Look through the entries below and extract exactly the lines from the one containing "f 173 252 175" through the one containing "v 1392.8 652.1 0", ends included.

*** Opening of EXCERPTED RECORDS ***

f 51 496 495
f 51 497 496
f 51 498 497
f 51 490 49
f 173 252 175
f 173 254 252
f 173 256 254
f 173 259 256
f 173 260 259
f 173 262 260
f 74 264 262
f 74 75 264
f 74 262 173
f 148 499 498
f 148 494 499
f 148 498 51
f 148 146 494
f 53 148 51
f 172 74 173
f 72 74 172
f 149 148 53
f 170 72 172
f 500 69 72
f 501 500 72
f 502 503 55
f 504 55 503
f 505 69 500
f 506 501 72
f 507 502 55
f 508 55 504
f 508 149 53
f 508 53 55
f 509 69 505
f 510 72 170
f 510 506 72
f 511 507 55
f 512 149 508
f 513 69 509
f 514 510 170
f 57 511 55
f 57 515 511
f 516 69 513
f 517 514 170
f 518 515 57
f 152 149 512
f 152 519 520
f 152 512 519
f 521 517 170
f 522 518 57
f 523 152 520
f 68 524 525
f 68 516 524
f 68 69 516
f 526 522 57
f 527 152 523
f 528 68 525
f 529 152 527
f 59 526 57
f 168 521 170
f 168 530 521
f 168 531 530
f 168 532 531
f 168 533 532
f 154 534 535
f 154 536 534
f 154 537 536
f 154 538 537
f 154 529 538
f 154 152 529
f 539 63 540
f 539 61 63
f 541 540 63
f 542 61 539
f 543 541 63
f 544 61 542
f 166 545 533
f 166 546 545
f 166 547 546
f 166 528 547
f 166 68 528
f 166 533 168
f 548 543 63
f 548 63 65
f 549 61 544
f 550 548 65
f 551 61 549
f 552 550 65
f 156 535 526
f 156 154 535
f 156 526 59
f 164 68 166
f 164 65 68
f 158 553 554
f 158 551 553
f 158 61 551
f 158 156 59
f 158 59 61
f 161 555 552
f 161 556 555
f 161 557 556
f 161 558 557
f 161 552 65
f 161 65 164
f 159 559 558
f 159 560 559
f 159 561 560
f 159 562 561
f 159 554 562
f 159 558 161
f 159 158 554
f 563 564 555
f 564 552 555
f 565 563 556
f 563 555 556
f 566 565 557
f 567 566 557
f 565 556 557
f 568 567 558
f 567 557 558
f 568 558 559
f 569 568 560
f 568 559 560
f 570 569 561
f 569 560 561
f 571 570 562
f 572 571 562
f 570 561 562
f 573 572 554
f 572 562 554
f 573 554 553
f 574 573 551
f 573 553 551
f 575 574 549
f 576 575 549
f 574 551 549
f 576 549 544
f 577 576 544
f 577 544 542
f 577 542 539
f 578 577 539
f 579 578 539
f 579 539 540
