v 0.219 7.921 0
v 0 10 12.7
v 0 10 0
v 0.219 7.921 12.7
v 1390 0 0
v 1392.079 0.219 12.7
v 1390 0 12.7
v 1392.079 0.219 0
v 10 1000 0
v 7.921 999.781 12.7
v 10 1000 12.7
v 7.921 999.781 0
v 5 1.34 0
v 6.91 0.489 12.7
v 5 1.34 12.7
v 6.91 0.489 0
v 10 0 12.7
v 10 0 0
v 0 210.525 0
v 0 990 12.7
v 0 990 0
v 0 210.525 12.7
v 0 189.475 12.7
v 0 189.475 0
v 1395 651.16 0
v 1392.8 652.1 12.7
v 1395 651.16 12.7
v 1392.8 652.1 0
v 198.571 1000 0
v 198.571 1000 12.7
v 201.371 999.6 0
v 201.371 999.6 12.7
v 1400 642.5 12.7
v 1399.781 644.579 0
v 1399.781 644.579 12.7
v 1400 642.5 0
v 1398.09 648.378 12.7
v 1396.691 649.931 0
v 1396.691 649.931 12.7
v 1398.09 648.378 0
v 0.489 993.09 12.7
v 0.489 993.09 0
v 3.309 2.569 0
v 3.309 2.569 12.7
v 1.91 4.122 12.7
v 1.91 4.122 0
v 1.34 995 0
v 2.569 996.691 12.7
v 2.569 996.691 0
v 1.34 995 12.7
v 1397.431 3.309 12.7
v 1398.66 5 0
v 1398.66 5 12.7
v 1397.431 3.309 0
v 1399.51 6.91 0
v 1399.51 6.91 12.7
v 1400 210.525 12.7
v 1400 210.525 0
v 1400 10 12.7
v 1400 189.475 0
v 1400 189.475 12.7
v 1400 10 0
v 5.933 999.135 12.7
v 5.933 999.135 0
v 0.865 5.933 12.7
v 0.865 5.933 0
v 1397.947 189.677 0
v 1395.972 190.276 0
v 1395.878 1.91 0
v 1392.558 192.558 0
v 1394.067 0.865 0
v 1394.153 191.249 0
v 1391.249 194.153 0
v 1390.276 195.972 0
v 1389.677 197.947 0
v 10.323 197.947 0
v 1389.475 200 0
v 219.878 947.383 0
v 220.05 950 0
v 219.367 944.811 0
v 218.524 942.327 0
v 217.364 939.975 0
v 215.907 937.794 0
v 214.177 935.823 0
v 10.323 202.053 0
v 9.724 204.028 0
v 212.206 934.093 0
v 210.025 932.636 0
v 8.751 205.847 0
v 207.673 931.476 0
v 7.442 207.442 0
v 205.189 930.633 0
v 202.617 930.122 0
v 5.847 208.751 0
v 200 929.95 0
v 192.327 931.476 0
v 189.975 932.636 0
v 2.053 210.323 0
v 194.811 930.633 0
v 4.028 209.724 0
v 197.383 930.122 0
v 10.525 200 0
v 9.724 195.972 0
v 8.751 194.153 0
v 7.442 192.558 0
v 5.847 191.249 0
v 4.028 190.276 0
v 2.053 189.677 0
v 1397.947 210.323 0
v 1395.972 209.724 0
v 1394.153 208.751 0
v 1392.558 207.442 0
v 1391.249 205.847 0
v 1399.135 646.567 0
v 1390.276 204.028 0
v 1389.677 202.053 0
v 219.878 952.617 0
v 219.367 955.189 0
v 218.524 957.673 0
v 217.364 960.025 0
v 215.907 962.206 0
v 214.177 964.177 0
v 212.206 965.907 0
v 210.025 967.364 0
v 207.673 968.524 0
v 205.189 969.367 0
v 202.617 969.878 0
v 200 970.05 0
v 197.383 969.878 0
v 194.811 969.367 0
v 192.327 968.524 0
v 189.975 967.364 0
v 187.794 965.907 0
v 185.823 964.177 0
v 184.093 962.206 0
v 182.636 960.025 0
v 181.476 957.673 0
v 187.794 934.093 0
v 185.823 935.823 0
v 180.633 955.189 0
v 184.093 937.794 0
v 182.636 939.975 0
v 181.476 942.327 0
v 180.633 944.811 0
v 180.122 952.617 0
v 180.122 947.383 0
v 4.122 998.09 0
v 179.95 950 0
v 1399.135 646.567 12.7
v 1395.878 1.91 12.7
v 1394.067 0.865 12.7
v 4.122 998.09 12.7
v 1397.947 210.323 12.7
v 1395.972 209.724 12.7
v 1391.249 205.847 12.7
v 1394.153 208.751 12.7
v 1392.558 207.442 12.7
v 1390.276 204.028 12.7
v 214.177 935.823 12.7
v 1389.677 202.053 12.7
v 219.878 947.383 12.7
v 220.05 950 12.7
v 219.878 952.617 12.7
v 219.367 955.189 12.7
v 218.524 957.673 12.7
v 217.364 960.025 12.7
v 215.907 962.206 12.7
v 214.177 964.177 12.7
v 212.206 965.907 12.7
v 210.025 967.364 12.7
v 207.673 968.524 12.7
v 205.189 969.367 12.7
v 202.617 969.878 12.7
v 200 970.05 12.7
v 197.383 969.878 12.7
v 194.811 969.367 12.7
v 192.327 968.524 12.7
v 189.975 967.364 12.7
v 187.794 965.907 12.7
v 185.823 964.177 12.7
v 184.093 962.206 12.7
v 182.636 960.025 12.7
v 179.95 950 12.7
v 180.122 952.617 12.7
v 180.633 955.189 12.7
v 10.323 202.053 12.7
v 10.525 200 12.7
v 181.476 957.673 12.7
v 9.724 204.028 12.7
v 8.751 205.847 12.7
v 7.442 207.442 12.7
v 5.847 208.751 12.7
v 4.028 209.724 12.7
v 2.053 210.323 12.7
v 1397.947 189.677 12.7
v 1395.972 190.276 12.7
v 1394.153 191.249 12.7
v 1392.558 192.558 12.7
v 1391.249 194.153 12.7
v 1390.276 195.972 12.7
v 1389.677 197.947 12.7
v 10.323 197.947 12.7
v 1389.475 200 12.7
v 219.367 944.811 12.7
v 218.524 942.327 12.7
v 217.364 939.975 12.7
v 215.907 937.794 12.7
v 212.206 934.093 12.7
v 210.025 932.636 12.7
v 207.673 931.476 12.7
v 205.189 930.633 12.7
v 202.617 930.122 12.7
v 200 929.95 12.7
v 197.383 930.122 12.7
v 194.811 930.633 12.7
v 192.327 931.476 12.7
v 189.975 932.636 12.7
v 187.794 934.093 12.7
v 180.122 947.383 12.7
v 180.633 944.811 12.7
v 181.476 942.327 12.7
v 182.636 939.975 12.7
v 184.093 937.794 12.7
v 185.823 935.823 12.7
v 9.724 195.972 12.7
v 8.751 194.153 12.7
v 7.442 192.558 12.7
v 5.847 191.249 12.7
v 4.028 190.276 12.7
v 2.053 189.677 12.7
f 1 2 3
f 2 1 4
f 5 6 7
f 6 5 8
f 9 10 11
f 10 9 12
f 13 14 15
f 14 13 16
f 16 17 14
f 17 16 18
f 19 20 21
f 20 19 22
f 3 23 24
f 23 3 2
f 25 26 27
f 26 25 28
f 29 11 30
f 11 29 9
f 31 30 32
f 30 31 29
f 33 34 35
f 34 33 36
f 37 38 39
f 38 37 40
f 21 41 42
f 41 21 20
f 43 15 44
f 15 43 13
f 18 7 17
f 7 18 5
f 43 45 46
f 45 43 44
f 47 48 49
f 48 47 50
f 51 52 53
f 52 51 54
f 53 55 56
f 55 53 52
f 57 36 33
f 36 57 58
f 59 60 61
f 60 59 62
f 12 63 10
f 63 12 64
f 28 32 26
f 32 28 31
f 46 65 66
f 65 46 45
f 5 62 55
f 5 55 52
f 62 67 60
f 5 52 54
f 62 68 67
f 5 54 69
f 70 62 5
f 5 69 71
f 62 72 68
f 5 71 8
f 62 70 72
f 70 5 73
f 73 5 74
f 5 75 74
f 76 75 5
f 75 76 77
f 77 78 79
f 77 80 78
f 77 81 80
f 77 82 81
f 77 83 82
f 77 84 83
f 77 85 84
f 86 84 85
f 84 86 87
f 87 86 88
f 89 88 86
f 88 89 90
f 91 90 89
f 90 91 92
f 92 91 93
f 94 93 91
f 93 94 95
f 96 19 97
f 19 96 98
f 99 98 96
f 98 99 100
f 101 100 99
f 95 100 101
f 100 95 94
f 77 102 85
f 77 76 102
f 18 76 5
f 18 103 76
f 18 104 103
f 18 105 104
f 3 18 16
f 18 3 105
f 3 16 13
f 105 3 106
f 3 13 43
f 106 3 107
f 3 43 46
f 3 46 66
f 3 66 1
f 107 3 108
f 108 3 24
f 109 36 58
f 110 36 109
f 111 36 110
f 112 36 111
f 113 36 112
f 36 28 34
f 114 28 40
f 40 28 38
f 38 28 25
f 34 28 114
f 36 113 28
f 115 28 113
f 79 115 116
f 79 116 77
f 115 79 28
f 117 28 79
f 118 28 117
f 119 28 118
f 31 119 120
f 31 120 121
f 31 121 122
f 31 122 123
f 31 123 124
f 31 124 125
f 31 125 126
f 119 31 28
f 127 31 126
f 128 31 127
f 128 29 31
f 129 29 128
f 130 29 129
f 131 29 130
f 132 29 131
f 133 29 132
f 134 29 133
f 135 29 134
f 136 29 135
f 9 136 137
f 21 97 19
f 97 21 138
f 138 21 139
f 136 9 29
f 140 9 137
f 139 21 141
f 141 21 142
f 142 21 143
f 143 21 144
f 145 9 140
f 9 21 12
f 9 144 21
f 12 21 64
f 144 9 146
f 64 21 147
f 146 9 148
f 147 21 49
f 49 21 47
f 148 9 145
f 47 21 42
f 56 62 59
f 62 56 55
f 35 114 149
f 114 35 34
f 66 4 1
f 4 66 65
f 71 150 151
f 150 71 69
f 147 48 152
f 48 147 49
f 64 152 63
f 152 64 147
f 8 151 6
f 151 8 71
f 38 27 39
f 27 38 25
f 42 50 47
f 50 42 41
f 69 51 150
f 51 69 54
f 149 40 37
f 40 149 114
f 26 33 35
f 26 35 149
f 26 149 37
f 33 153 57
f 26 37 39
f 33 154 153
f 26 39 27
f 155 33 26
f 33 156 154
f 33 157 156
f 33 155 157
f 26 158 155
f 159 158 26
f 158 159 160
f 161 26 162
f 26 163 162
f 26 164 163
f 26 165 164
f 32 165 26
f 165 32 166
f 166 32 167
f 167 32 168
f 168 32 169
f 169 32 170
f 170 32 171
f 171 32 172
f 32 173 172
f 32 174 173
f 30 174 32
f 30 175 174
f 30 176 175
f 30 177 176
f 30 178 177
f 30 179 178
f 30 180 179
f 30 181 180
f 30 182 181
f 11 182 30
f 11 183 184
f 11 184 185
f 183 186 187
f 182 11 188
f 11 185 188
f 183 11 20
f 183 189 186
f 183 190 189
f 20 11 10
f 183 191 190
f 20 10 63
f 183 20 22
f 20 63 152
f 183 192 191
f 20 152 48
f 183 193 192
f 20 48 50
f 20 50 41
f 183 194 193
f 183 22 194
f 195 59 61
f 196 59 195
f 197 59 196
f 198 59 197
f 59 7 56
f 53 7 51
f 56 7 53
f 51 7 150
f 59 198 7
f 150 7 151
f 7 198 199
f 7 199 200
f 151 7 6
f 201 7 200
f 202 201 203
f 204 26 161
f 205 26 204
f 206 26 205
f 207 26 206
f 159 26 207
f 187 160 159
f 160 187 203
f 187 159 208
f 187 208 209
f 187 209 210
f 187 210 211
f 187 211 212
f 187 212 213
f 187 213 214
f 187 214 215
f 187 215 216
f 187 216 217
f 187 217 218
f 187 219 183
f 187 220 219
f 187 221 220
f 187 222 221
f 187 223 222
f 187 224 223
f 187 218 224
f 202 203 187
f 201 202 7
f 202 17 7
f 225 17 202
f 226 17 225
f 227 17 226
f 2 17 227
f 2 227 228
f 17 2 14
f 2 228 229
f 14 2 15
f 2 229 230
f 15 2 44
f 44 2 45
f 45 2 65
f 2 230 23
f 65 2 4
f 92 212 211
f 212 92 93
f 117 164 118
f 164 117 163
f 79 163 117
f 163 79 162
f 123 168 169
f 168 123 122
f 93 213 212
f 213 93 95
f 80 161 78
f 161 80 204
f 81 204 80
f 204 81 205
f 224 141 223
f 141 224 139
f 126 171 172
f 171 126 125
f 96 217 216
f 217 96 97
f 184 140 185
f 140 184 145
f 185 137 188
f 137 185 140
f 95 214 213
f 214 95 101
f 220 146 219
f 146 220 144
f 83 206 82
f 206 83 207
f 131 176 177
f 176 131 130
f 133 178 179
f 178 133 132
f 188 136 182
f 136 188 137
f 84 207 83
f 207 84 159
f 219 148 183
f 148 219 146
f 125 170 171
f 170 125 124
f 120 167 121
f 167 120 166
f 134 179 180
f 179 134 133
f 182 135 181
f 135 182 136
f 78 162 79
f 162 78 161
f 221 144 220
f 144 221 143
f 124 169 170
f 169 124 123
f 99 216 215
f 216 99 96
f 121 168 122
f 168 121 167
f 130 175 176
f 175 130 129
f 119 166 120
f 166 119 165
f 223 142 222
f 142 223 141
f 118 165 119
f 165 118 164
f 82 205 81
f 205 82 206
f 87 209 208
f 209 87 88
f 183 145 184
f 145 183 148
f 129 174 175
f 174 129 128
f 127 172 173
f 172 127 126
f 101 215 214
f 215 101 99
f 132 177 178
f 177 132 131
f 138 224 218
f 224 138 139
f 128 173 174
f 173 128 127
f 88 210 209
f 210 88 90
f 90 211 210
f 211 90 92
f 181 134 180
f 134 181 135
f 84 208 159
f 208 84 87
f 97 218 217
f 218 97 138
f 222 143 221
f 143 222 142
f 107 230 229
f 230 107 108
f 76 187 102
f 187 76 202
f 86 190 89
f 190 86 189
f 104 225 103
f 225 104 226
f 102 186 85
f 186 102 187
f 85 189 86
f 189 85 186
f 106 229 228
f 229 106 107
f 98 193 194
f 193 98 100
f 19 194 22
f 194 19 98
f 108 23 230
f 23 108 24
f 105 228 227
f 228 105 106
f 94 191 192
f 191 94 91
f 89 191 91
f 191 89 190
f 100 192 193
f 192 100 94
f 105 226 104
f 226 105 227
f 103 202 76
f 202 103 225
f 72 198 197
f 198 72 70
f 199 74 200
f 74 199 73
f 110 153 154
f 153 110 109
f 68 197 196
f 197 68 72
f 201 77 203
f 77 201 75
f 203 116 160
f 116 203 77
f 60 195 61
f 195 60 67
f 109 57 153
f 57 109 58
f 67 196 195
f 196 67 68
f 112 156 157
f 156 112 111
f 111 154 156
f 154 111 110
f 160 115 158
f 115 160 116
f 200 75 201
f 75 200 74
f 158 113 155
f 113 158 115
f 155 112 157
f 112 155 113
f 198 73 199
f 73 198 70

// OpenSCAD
// side_panel.scad
// Triangular side panel for LifeTrac v25
// This is the main structural plate that forms the sides of the machine
// Part of the "sandwich" design with 4 panels total (2 inner, 2 outer)

// Include necessary parameters from main assembly
include <../openscad/lifetrac_v25_params.scad>

// Triangular profile for side panels
// Tall end at rear (Y=0), shorter sloped end at front (Y=WHEEL_BASE)
module side_panel_profile() {
    offset(r=10) offset(r=-10)  // Rounded corners
    polygon([
        [0, 0],                              // Rear bottom
        [WHEEL_BASE, 0],                     // Front bottom
        [WHEEL_BASE, MACHINE_HEIGHT * 0.65], // Front top (sloped down)
        [200, MACHINE_HEIGHT],               // Near-rear top (arm pivot area)
        [0, MACHINE_HEIGHT]                  // Rear top (full height)
    ]);
}

// Arc slot cutout for cross beam clearance
// Creates an arc-shaped slot that allows the cross beam to rotate through
module cross_beam_arc_slot(beam_distance, slot_width) {
    // Pivot point in panel local coordinates
    pivot_x = PIVOT_PANEL_X;
    pivot_y = PIVOT_PANEL_Y;
    
    // Arc radius = distance from pivot to cross beam center
    arc_radius = beam_distance;
    
    // Half-width of the slot (beam size + clearance)
    half_slot = slot_width / 2;
    
    // Generate arc by rotating around pivot
    // The arc sweeps from ARM_MIN_ANGLE to ARM_MAX_ANGLE
    // We extend slightly beyond to ensure full clearance
    arc_start = ARM_MIN_ANGLE - 5;
    arc_end = ARM_MAX_ANGLE + 5;
    arc_steps = 60;
    
    translate([pivot_x, pivot_y])
    for (i = [0:arc_steps-1]) {
        angle1 = arc_start + i * (arc_end - arc_start) / arc_steps;
        angle2 = arc_start + (i + 1) * (arc_end - arc_start) / arc_steps;
        
        // Inner and outer points for this arc segment
        hull() {
            // Point at angle1, inner radius
            translate([(arc_radius - half_slot) * cos(angle1), (arc_radius - half_slot) * sin(angle1)])
            circle(d=5, $fn=8);
            
            // Point at angle1, outer radius
            translate([(arc_radius + half_slot) * cos(angle1), (arc_radius + half_slot) * sin(angle1)])
            circle(d=5, $fn=8);
            
            // Point at angle2, inner radius
            translate([(arc_radius - half_slot) * cos(angle2), (arc_radius - half_slot) * sin(angle2)])
            circle(d=5, $fn=8);
            
            // Point at angle2, outer radius
            translate([(arc_radius + half_slot) * cos(angle2), (arc_radius + half_slot) * sin(angle2)])
            circle(d=5, $fn=8);
        }
    }
}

*** Close of EXCERPTED RECORDS ***

--- ANSWER SECTION ---
f 173 252 175
f 173 254 252
f 173 256 254
f 173 259 256
f 173 260 259
f 173 262 260
f 74 264 262
f 74 75 264
f 74 262 173
f 148 499 498
f 148 494 499
f 148 498 51
f 148 146 494
f 53 148 51
f 172 74 173
f 72 74 172
f 149 148 53
f 170 72 172
f 500 69 72
f 501 500 72
f 502 503 55
f 504 55 503
f 505 69 500
f 506 501 72
f 507 502 55
f 508 55 504
f 508 149 53
f 508 53 55
f 509 69 505
f 510 72 170
f 510 506 72
f 511 507 55
f 512 149 508
f 513 69 509
f 514 510 170
f 57 511 55
f 57 515 511
f 516 69 513
f 517 514 170
f 518 515 57
f 152 149 512
f 152 519 520
f 152 512 519
f 521 517 170
f 522 518 57
f 523 152 520
f 68 524 525
f 68 516 524
f 68 69 516
f 526 522 57
f 527 152 523
f 528 68 525
f 529 152 527
f 59 526 57
f 168 521 170
f 168 530 521
f 168 531 530
f 168 532 531
f 168 533 532
f 154 534 535
f 154 536 534
f 154 537 536
f 154 538 537
f 154 529 538
f 154 152 529
f 539 63 540
f 539 61 63
f 541 540 63
f 542 61 539
f 543 541 63
f 544 61 542
f 166 545 533
f 166 546 545
f 166 547 546
f 166 528 547
f 166 68 528
f 166 533 168
f 548 543 63
f 548 63 65
f 549 61 544
f 550 548 65
f 551 61 549
f 552 550 65
f 156 535 526
f 156 154 535
f 156 526 59
f 164 68 166
f 164 65 68
f 158 553 554
f 158 551 553
f 158 61 551
f 158 156 59
f 158 59 61
f 161 555 552
f 161 556 555
f 161 557 556
f 161 558 557
f 161 552 65
f 161 65 164
f 159 559 558
f 159 560 559
f 159 561 560
f 159 562 561
f 159 554 562
f 159 558 161
f 159 158 554
f 563 564 555
f 564 552 555
f 565 563 556
f 563 555 556
f 566 565 557
f 567 566 557
f 565 556 557
f 568 567 558
f 567 557 558
f 568 558 559
f 569 568 560
f 568 559 560
f 570 569 561
f 569 560 561
f 571 570 562
f 572 571 562
f 570 561 562
f 573 572 554
f 572 562 554
f 573 554 553
f 574 573 551
f 573 553 551
f 575 574 549
f 576 575 549
f 574 551 549
f 576 549 544
f 577 576 544
f 577 544 542
f 577 542 539
f 578 577 539
f 579 578 539
f 579 539 540
v 0.219 7.921 0
v 0 10 12.7
v 0 10 0
v 0.219 7.921 12.7
v 1390 0 0
v 1392.079 0.219 12.7
v 1390 0 12.7
v 1392.079 0.219 0
v 10 1000 0
v 7.921 999.781 12.7
v 10 1000 12.7
v 7.921 999.781 0
v 5 1.34 0
v 6.91 0.489 12.7
v 5 1.34 12.7
v 6.91 0.489 0
v 10 0 12.7
v 10 0 0
v 0 210.525 0
v 0 990 12.7
v 0 990 0
v 0 210.525 12.7
v 0 189.475 12.7
v 0 189.475 0
v 1395 651.16 0
v 1392.8 652.1 12.7
v 1395 651.16 12.7
v 1392.8 652.1 0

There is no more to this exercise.